I've needed to do something similar in the past and used free ntp
servers. Of course you need an internet connection:
http://ntp.isc.org/bin/view/Servers/NTPPoolServers
http://www.nightsong.com/phr/python/setclock.py

You could also have a startup script spawn a thread that stores the
time persistently in a shelf object, sleeps for a minute, and checks to
see if the current clock time is greater than a minute (+/-sec,) and
subtracts the difference. Or even check it against an NTP server if you
can.
 
B

Bengt Richter

[Peter Hansen]
Hmmm... not only that, but at least under XP the return value of
time.time() _is_ UTC. At least, it's entirely unaffected by the
daylight savings time change, or (apparently) by changes in time zone.

On all platforms, time.time() returns the number of seconds "since the
epoch". All POSIX systems agree on when "the epoch" began, but that
doesn't really matter to your use case. Number of seconds since the
epoch is insensitive to daylight time, time zone, leap seconds, etc.=20
Users can nevertheless make it appear to jump (into the future or the
past) by changing their system clock. If you need an absolute measure
of time immune to user whims, you need to connect to special hardware,
or to an external time source.

For the latter, Peter, you can probably adapt Paul Rubin' setclock.py
found at
http://www.nightsong.com/phr/python/setclock.py

Regards,
Bengt Richter
 
A

Aahz

I would like to determine the "actual" elapsed time of an operation
which could take place during a time change, in a platform-independent
manner (at least across Linux/Windows machines).
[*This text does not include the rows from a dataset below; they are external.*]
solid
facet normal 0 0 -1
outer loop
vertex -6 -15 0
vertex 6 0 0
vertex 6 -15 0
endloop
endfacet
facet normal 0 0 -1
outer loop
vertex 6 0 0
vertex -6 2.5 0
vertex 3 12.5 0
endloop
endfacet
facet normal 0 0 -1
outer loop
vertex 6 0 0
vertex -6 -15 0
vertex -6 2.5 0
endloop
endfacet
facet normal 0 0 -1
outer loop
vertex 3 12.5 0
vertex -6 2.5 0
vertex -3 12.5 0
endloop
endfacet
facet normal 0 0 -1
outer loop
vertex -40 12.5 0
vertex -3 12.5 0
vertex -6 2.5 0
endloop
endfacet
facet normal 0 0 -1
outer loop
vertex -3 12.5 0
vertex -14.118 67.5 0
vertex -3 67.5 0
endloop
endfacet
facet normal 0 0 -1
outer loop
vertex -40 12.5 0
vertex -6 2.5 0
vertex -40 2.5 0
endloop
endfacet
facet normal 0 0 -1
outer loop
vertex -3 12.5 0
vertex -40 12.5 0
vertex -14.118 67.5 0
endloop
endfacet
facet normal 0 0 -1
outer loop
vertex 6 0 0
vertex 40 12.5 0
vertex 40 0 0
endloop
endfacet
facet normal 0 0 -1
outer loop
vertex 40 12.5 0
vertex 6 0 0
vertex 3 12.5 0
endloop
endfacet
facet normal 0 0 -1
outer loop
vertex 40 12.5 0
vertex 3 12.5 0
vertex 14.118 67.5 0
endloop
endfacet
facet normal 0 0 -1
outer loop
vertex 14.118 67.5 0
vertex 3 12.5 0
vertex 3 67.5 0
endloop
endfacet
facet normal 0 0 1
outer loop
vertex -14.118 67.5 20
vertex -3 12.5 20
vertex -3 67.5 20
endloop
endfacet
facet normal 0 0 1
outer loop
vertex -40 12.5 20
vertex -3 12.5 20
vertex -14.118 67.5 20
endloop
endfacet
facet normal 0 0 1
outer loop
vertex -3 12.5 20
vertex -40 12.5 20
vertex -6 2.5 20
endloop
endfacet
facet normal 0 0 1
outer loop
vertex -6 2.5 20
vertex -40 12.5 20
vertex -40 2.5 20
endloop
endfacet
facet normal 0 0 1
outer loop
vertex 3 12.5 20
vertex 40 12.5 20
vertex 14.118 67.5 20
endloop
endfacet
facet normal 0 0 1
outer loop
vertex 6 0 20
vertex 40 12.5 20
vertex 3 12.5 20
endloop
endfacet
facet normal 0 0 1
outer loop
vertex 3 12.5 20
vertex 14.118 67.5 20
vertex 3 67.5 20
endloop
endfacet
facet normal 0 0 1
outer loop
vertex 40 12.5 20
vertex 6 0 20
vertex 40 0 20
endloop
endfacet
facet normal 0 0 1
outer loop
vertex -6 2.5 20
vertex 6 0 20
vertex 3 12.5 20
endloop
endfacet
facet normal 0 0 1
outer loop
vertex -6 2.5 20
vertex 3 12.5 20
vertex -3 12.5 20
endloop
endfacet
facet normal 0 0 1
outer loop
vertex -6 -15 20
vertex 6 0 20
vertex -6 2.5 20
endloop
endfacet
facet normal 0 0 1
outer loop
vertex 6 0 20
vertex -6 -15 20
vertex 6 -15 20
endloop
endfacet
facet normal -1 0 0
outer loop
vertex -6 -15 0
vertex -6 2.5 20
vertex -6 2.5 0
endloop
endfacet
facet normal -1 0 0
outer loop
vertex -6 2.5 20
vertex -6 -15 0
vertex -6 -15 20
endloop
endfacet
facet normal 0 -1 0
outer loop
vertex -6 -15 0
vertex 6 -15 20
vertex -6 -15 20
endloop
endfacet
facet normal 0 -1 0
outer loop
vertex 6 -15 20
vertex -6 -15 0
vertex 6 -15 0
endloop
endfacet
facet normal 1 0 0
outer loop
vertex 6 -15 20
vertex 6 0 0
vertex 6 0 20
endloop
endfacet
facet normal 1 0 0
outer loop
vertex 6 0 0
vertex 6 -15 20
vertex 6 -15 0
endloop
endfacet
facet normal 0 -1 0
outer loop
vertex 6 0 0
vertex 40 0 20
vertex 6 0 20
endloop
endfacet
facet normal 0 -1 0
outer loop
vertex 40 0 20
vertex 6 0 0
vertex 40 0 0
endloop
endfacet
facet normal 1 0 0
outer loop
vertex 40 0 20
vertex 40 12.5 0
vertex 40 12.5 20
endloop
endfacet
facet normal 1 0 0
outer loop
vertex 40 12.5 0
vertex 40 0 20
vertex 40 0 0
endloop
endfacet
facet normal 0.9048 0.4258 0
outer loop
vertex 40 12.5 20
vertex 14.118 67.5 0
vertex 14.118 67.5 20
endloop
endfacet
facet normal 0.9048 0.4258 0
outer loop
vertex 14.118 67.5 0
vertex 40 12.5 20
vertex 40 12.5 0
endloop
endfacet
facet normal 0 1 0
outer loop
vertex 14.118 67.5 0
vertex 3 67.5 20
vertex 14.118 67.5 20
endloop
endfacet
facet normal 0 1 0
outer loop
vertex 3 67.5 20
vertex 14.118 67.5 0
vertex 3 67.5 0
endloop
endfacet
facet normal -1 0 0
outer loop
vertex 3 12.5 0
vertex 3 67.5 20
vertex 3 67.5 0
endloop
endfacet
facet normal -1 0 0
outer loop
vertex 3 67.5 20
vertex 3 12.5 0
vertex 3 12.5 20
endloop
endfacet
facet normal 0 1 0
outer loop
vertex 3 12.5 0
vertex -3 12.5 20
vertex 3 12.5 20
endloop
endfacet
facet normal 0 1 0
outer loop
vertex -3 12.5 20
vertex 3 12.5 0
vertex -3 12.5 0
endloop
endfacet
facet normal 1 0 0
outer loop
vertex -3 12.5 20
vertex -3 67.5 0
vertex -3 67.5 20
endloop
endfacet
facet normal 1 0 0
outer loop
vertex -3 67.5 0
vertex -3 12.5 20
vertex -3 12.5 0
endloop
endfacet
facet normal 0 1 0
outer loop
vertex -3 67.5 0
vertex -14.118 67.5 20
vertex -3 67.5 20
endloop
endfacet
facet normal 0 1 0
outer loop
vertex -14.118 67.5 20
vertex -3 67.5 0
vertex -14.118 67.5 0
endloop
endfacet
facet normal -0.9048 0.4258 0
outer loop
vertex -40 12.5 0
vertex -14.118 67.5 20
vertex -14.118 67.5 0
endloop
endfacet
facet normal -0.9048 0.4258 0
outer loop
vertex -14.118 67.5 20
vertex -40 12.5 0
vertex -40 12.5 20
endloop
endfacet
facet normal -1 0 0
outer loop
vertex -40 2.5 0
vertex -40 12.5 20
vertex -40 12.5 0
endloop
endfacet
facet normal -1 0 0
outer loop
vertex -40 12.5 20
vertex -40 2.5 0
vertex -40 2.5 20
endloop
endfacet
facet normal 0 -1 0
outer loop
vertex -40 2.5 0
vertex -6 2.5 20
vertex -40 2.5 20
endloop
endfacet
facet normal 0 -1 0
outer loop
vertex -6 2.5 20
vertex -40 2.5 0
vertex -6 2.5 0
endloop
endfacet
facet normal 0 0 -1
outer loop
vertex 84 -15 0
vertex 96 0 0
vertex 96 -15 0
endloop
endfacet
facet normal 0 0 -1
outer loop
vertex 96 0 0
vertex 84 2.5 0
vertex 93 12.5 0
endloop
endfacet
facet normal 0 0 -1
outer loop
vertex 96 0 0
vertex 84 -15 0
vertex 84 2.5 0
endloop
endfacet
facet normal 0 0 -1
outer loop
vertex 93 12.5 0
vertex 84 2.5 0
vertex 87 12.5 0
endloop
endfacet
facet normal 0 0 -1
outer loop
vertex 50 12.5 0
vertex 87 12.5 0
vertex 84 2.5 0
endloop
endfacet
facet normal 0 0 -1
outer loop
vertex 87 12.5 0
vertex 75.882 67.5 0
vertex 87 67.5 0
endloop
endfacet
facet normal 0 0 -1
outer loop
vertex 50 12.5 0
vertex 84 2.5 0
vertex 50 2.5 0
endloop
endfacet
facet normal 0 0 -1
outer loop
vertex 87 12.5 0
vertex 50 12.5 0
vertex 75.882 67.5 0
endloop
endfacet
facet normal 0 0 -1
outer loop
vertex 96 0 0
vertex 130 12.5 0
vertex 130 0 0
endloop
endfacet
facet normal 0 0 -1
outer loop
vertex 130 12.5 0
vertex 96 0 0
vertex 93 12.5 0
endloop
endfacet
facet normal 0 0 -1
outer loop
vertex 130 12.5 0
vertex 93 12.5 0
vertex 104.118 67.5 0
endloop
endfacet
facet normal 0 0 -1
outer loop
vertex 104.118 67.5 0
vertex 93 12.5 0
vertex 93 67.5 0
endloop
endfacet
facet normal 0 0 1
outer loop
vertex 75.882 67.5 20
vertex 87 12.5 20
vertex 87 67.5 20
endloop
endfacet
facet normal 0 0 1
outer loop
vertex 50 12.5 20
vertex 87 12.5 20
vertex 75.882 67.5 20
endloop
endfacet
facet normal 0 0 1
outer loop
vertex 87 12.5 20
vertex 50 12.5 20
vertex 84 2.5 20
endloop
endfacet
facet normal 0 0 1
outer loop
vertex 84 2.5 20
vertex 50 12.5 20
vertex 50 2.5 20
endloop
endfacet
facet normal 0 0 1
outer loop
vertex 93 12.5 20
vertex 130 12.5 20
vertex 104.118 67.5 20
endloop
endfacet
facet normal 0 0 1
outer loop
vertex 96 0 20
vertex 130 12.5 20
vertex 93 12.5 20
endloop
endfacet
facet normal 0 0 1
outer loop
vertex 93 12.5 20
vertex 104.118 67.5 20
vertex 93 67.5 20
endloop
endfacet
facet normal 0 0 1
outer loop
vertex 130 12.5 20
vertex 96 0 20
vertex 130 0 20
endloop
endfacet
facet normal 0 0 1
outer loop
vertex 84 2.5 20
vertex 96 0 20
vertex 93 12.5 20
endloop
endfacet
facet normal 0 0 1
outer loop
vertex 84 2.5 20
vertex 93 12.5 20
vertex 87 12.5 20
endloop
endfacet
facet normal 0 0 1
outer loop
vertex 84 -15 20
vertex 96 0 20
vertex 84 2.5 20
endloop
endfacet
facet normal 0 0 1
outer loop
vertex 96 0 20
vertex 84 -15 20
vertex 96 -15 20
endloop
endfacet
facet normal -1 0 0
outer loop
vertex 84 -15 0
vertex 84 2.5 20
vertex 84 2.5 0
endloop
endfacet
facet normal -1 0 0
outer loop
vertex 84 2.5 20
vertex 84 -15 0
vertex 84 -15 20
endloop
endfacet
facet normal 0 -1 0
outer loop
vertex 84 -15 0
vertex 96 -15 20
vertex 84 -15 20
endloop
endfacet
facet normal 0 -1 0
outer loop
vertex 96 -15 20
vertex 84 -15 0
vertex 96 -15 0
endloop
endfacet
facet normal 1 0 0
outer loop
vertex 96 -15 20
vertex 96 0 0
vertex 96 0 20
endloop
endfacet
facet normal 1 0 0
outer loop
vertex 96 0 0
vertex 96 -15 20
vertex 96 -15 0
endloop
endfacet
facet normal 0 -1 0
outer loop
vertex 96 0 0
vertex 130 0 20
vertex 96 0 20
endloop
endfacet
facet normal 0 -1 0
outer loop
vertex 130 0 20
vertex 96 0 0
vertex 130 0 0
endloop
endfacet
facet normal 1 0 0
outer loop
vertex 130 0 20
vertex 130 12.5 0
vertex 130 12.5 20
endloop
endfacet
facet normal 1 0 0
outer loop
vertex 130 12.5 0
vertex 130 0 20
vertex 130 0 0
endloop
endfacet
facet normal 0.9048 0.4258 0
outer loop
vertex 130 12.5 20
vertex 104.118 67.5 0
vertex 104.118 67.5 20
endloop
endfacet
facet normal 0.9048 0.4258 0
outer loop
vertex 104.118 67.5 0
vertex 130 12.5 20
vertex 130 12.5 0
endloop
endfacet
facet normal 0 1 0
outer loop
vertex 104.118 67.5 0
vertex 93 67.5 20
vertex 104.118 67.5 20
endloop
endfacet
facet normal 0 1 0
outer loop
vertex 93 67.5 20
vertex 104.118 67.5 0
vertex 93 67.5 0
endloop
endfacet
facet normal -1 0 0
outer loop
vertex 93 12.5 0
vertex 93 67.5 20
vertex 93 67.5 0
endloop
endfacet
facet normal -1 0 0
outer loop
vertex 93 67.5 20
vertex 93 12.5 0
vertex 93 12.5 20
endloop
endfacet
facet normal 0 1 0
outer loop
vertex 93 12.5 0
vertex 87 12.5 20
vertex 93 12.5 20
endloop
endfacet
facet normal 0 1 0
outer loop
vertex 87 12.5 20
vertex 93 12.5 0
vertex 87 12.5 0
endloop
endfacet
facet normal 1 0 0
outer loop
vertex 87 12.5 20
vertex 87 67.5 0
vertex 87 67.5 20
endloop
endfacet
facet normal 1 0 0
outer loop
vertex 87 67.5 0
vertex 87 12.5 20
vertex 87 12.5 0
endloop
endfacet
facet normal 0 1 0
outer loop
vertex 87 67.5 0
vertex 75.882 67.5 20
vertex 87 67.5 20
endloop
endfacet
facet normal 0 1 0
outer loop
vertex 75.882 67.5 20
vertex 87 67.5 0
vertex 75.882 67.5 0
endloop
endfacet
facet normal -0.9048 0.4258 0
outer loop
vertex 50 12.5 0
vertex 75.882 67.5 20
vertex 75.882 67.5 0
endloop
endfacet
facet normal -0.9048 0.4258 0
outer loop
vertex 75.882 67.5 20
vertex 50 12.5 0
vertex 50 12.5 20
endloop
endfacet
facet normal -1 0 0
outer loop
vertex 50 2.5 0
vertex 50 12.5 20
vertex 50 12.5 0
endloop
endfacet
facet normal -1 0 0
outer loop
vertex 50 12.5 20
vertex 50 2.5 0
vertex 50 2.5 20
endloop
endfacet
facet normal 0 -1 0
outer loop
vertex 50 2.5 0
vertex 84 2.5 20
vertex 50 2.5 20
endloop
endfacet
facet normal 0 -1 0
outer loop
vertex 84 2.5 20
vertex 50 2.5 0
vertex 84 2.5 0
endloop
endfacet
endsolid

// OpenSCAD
TABLE_SEP = 12;
TABLE_ASYM = 2.5;
INSERT_AMOUNT = 15;
BOARD_THICK = 5;
GAP_SIZE = BOARD_THICK + 1;
BASE_WIDTH = 80;
SUPPORT_HEIGHT = 55;
TRIANGLE_CUT = 30;
BASE_HEIGHT = 10;
THICKNESS = 20;


module mirror_copy(axis) {
    children()
        ;
    mirror(axis)
    children()
        ;
}


for (xoffs=[0, BASE_WIDTH + 10])
translate([xoffs, 0, 0])
linear_extrude(THICKNESS) {
    translate([-TABLE_SEP / 2, -INSERT_AMOUNT])
    square([TABLE_SEP, INSERT_AMOUNT])
        ;
    translate([-TABLE_SEP / 2, 0])
    square([BASE_WIDTH / 2 + TABLE_SEP / 2, TABLE_ASYM + 0.01])
        ;
    translate([-BASE_WIDTH / 2, TABLE_ASYM])
    square([BASE_WIDTH, BASE_HEIGHT])
        ;
    translate([0, BASE_HEIGHT + TABLE_ASYM])
    difference() {
        mirror_copy()
        polygon([
            [-BASE_WIDTH / 2, 0],
            [0, SUPPORT_HEIGHT + TRIANGLE_CUT],
            [0, 0]
        ])
            ;
        translate([-GAP_SIZE / 2, 0])
        square([GAP_SIZE, SUPPORT_HEIGHT + TRIANGLE_CUT])
            ;
        translate([-BASE_WIDTH / 2, SUPPORT_HEIGHT])
        square([BASE_WIDTH, 50])
            ;
    }
        ;
        
}
    ;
Using time.time() doesn't appear to be suitable, since time might jump
forwards or backwards at the user's whim, if the system clock is reset,
or when a daylight savings time change occurs.

You have to do one of two things: rely on system clock or require a
network connection (so you can call a timeserver directly).
 
Z

zooko

The traditional use of gettimeofday() to (insecurely and unreliably)
approximate elapsed local time is one of my pet peeves.

Fortunately a real monotonic clock has finally been added to the linux
kernel and glibc:

http://www.imperialviolet.org/page24.html#e474

If you have a recent enough kernel and glibc you can use that. On
Windows you can use system timers and handle wraparound yourself.

And you can write an abstract Pythonic layer over both and give it to
me. ;-)
 
P

Peter Hansen

zooko said:
The traditional use of gettimeofday() to (insecurely and unreliably)
approximate elapsed local time is one of my pet peeves.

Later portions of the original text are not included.